# Poljot Strela - Good First Russian ?



## sconie (Apr 18, 2006)

I have been lurking around for a while and I am now in the market for my first Russian watch, I have a whole pile of Seiko auto's and like most here I find watches hard to resist, I like the look of the Poljot Strela as it is clean and uncluttered looking, would this make a good first buy or have you any other ideas.


----------



## Julian Latham (Jul 25, 2005)

Dress, workplace or knocking about? There's a mechanical Russian for every occasion.
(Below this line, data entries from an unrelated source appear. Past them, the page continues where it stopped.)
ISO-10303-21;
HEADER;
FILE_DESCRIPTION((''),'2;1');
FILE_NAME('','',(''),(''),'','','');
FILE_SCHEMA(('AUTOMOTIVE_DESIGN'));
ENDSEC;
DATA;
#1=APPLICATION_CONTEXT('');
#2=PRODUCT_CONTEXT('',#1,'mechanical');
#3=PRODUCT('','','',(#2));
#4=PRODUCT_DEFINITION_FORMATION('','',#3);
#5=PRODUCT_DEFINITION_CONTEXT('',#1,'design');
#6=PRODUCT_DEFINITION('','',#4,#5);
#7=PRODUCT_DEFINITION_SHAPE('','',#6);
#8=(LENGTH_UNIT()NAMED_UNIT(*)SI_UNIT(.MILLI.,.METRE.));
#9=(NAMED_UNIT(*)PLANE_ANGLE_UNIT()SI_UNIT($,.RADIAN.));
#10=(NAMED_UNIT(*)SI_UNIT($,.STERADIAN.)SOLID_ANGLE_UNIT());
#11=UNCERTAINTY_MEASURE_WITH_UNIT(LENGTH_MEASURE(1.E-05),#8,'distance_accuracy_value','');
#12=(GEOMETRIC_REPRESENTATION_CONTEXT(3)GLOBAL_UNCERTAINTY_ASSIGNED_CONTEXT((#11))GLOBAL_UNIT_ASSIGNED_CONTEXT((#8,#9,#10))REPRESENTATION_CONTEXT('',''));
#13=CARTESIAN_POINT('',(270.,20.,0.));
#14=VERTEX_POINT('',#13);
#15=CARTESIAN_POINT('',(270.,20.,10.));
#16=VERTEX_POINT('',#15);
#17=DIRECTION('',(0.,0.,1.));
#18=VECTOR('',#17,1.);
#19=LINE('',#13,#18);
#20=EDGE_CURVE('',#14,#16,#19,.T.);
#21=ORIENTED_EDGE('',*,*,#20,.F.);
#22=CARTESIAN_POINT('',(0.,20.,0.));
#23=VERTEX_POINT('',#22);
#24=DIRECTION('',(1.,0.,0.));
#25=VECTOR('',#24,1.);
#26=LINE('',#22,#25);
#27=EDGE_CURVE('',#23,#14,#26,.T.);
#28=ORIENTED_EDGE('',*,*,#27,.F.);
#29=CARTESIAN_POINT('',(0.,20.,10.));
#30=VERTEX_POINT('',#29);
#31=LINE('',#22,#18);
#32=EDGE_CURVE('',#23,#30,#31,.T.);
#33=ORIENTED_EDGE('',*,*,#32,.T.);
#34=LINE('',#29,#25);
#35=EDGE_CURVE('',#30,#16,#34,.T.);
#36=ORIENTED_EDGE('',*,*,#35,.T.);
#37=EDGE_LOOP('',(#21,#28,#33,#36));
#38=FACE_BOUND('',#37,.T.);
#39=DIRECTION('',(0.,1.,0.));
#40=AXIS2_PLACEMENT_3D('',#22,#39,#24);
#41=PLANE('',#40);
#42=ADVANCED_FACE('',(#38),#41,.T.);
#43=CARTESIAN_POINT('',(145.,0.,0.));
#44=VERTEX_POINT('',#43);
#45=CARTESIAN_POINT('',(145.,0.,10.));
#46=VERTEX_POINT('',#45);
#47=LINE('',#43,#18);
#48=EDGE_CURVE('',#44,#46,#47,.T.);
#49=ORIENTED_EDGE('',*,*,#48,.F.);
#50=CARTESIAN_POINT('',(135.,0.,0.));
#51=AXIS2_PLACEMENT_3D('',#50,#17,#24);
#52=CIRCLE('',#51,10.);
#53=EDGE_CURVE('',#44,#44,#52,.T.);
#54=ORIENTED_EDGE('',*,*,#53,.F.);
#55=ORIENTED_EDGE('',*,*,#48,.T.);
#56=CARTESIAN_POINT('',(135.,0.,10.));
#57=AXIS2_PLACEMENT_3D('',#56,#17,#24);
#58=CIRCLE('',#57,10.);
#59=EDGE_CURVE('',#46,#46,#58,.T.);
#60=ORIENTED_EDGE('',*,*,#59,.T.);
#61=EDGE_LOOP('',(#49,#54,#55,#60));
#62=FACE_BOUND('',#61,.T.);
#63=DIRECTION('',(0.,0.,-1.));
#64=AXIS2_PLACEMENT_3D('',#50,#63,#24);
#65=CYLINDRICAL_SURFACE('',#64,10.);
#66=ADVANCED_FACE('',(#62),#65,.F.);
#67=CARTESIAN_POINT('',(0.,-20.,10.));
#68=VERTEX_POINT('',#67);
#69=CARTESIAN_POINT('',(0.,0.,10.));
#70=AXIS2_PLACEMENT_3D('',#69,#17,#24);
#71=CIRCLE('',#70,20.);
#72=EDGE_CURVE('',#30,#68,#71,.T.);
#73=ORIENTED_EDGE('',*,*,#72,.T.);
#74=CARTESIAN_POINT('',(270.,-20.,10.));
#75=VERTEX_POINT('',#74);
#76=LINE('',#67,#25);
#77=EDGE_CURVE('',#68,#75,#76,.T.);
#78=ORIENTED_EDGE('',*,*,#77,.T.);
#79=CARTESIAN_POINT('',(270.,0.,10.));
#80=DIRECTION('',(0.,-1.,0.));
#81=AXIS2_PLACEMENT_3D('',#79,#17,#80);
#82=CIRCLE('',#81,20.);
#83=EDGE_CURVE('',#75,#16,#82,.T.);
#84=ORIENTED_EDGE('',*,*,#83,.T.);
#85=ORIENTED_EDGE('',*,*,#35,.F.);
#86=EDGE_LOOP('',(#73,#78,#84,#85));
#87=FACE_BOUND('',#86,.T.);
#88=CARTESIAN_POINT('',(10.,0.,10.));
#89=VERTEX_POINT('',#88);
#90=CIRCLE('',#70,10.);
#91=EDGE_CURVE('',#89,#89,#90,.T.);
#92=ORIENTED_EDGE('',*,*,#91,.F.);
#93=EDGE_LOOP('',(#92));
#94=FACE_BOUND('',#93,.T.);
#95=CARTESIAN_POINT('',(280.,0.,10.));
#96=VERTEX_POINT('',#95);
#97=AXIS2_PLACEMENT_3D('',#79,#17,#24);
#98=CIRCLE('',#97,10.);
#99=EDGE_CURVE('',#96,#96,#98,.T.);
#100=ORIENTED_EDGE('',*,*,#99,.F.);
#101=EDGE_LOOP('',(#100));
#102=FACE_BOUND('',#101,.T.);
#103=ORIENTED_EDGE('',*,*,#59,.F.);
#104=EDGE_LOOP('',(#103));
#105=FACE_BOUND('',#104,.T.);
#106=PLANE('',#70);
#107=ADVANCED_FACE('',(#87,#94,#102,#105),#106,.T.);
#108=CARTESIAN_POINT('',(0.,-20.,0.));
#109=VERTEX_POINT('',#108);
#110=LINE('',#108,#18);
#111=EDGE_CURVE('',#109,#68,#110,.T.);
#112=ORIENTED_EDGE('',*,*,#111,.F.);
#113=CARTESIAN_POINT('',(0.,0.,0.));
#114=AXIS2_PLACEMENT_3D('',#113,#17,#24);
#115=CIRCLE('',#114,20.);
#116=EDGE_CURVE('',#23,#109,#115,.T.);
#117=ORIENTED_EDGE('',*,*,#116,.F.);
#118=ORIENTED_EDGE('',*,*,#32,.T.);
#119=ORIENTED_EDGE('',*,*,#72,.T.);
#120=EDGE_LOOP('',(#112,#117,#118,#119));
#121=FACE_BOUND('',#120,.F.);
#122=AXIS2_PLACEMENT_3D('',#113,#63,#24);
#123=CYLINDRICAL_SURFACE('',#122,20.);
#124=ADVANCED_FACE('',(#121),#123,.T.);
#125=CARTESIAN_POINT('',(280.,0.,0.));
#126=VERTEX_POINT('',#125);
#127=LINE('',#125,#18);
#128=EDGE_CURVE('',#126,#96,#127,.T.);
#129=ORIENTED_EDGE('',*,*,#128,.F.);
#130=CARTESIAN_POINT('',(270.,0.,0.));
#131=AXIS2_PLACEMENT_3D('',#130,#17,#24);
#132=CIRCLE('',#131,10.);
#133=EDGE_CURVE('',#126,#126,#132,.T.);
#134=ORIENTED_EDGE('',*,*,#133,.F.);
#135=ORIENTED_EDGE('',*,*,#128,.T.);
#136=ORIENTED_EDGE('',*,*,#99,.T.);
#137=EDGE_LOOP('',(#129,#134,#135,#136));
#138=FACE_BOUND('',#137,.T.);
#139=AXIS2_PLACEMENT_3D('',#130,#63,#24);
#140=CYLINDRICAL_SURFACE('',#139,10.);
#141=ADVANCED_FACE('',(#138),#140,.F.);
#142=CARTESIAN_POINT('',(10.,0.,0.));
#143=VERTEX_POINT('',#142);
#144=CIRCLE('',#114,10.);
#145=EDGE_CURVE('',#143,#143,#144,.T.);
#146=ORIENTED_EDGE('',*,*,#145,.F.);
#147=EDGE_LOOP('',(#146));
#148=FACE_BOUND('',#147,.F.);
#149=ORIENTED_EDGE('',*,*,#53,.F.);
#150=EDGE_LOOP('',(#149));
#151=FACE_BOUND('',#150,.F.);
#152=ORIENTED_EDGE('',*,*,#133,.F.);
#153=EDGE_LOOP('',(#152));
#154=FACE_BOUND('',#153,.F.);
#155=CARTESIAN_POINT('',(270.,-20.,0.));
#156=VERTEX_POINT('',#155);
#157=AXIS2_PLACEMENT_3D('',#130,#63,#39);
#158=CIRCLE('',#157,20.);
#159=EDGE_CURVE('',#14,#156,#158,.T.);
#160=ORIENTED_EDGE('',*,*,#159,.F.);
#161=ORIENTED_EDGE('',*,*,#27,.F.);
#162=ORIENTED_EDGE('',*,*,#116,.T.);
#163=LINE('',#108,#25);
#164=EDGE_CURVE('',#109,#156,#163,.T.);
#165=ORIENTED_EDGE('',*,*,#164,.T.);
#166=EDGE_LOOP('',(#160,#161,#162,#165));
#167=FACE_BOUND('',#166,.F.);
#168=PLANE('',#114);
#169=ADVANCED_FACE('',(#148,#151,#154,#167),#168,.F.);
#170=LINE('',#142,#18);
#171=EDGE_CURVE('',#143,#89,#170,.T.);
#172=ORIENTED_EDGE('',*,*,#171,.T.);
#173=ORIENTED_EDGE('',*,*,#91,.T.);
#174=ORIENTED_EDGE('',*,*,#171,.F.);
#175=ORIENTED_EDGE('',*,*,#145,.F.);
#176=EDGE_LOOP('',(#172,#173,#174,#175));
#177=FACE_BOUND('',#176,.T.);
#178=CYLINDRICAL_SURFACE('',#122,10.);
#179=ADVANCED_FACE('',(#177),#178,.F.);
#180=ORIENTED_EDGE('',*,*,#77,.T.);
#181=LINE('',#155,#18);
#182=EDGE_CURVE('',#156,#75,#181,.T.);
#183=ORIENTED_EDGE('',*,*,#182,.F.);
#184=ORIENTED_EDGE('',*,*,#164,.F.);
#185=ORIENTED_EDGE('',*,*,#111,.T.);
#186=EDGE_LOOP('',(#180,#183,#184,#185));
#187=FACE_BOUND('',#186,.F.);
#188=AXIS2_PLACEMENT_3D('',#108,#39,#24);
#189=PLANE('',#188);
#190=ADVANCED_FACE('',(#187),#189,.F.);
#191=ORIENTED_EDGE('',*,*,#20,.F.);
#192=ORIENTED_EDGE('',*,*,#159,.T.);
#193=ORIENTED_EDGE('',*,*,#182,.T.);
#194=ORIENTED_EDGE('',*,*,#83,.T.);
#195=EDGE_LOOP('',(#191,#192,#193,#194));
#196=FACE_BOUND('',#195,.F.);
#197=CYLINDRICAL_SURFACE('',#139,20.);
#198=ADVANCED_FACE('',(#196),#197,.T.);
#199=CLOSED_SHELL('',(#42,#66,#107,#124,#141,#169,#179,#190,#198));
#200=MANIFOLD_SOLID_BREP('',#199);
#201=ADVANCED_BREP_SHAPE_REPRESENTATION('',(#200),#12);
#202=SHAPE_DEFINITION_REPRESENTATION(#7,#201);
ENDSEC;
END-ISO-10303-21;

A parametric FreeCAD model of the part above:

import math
import FreeCAD as App
import Part
import Sketcher

doc = App.newDocument("Part")
params = doc.addObject("Spreadsheet::Sheet", "Params")
for row, (alias, value) in enumerate([
    ("sketch1_diameter", "20 mm"),
    ("sketch1_radius", "20 mm"),
    ("pad1_length", "10 mm"),
], start=1):
    params.set(f"A{row}", alias)
    params.set(f"B{row}", "=" + value)
    params.setAlias(f"B{row}", alias)

body = doc.addObject("PartDesign::Body", "Body")

# Sketch on XY plane
sketch1 = body.newObject("Sketcher::SketchObject", "Sketch")
sketch1.AttachmentSupport = (doc.getObject("XY_Plane"), [""])
sketch1.MapMode = "FlatFace"
sketch1.addGeometry(Part.ArcOfCircle(Part.Circle(App.Vector(0, 0, 0), App.Vector(0, 0, 1), 20), math.radians(90), math.radians(270)), False)
sketch1.addGeometry(Part.LineSegment(App.Vector(0, -20, 0), App.Vector(270, -20, 0)), False)
sketch1.addGeometry(Part.ArcOfCircle(Part.Circle(App.Vector(270, 0, 0), App.Vector(0, 0, 1), 20), math.radians(-90), math.radians(90)), False)
sketch1.addGeometry(Part.LineSegment(App.Vector(270, 20, 0), App.Vector(0, 20, 0)), False)
sketch1.addGeometry(Part.Circle(App.Vector(0, 0, 0), App.Vector(0, 0, 1), 10), False)
sketch1.addGeometry(Part.Circle(App.Vector(135, 0, 0), App.Vector(0, 0, 1), 10), False)
sketch1.addGeometry(Part.Circle(App.Vector(270, 0, 0), App.Vector(0, 0, 1), 10), False)
sketch1.addConstraint(Sketcher.Constraint("Tangent", 0, 2, 1, 1))
sketch1.addConstraint(Sketcher.Constraint("Tangent", 1, 2, 2, 1))
sketch1.addConstraint(Sketcher.Constraint("Tangent", 2, 2, 3, 1))
sketch1.addConstraint(Sketcher.Constraint("Tangent", 3, 2, 0, 1))
sketch1.addConstraint(Sketcher.Constraint("Horizontal", 1))
sketch1.addConstraint(Sketcher.Constraint("Horizontal", 3))
sketch1.addConstraint(Sketcher.Constraint("Coincident", 0, 3, -1, 1))
sketch1.addConstraint(Sketcher.Constraint("Coincident", 4, 3, -1, 1))
sketch1.addConstraint(Sketcher.Constraint("Coincident", 6, 3, 2, 3))
sketch1.addConstraint(Sketcher.Constraint("Equal", 4, 5))
sketch1.addConstraint(Sketcher.Constraint("Equal", 5, 6))
sketch1.addConstraint(Sketcher.Constraint("PointOnObject", 5, 3, -1))
sketch1.addConstraint(Sketcher.Constraint("Diameter", 4, 20.0))
sketch1.addConstraint(Sketcher.Constraint("Radius", 0, 20.0))
sketch1.addConstraint(Sketcher.Constraint("DistanceX", -1, 1, 5, 3, 135.0))
sketch1.addConstraint(Sketcher.Constraint("DistanceX", 5, 3, 2, 3, 135.0))
sketch1.setExpression("Constraints[12]", "Params.sketch1_diameter")
sketch1.setExpression("Constraints[13]", "Params.sketch1_radius")
pad1 = body.newObject("PartDesign::Pad", "Pad")
pad1.Profile = sketch1
pad1.setExpression("Length", "Params.pad1_length")

doc.recompute()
Nice slim line 23 jewel model (Luch,Poljot,Sekonda, all the same inside) for office type workwear, Vostok Amphibia for leisure or rugged workwear and a nice Poljot Aviator or Strela for dressier occasions. Cap it all off with an open face Molnija pocket watch to stick in your coat pocket for those cold winter days when you're muffled up like an eskimo.

The whole lot for little more than you'd pay for a 'nice' quartz watch from a 'designer' label









Julian L


----------



## sconie (Apr 18, 2006)

Julian Latham said:


> Dress, workplace or knocking about? There's a mechanical Russian for every occasion.
> 
> Nice slim line 23 jewel model (Luch,Poljot,Sekonda, all the same inside) for office type workwear, Vostok Amphibia for leisure or rugged workwear and a nice Poljot Aviator or Strela for dressier occasions. Cap it all off with an open face Molnija pocket watch to stick in your coat pocket for those cold winter days when you're muffled up like an eskimo.
> 
> ...


Thanks for the reply, I use my Orange Monster as an everyday watch and my Samurai and Pepsi dial diver for work, so I thought a classy russian like the Strela as an evening wear watch, but ost likely I will end up filling another drawer (LOL) I have seen the Strelas going for around the Â£125 mark on the sales forum, so I will keep my eyes oper for one cropping up as I can't yet post in the wanted forum.

I will research the others you mention as well though, as I just love watches.


----------